*Task goal*. Would you write out all of the entries below, exactly as they stand?

Stored data:
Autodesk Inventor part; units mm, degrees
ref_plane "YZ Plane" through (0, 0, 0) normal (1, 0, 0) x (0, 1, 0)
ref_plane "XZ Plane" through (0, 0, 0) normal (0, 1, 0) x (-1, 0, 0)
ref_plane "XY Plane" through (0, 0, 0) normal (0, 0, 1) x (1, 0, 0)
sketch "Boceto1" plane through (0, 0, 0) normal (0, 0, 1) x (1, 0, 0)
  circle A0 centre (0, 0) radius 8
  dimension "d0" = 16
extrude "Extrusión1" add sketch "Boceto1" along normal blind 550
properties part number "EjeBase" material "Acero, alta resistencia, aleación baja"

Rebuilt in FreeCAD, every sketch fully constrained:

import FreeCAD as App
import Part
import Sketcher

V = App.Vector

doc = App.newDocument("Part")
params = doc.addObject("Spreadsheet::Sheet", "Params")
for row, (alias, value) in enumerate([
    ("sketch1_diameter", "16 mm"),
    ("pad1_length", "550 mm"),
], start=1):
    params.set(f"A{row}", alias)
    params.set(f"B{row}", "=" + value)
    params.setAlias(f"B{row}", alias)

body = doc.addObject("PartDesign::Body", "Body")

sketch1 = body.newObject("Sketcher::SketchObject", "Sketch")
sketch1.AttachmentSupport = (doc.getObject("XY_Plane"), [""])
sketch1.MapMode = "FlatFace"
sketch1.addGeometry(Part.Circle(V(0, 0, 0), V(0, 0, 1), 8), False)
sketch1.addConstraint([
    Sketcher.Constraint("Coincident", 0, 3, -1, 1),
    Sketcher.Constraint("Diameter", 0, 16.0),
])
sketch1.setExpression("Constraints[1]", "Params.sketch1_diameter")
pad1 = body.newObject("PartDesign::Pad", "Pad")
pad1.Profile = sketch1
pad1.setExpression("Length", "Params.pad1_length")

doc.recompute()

*Result*.
Autodesk Inventor part; units mm, degrees
ref_plane "YZ Plane" through (0, 0, 0) normal (1, 0, 0) x (0, 1, 0)
ref_plane "XZ Plane" through (0, 0, 0) normal (0, 1, 0) x (-1, 0, 0)
ref_plane "XY Plane" through (0, 0, 0) normal (0, 0, 1) x (1, 0, 0)
sketch "Boceto1" plane through (0, 0, 0) normal (0, 0, 1) x (1, 0, 0)
  circle A0 centre (0, 0) radius 8
  dimension "d0" = 16
extrude "Extrusión1" add sketch "Boceto1" along normal blind 550
properties part number "EjeBase" material "Acero, alta resistencia, aleación baja"

Rebuilt in FreeCAD, every sketch fully constrained:

import FreeCAD as App
import Part
import Sketcher

V = App.Vector

doc = App.newDocument("Part")
params = doc.addObject("Spreadsheet::Sheet", "Params")
for row, (alias, value) in enumerate([
    ("sketch1_diameter", "16 mm"),
    ("pad1_length", "550 mm"),
], start=1):
    params.set(f"A{row}", alias)
    params.set(f"B{row}", "=" + value)
    params.setAlias(f"B{row}", alias)

body = doc.addObject("PartDesign::Body", "Body")

sketch1 = body.newObject("Sketcher::SketchObject", "Sketch")
sketch1.AttachmentSupport = (doc.getObject("XY_Plane"), [""])
sketch1.MapMode = "FlatFace"
sketch1.addGeometry(Part.Circle(V(0, 0, 0), V(0, 0, 1), 8), False)
sketch1.addConstraint([
    Sketcher.Constraint("Coincident", 0, 3, -1, 1),
    Sketcher.Constraint("Diameter", 0, 16.0),
])
sketch1.setExpression("Constraints[1]", "Params.sketch1_diameter")
pad1 = body.newObject("PartDesign::Pad", "Pad")
pad1.Profile = sketch1
pad1.setExpression("Length", "Params.pad1_length")

doc.recompute()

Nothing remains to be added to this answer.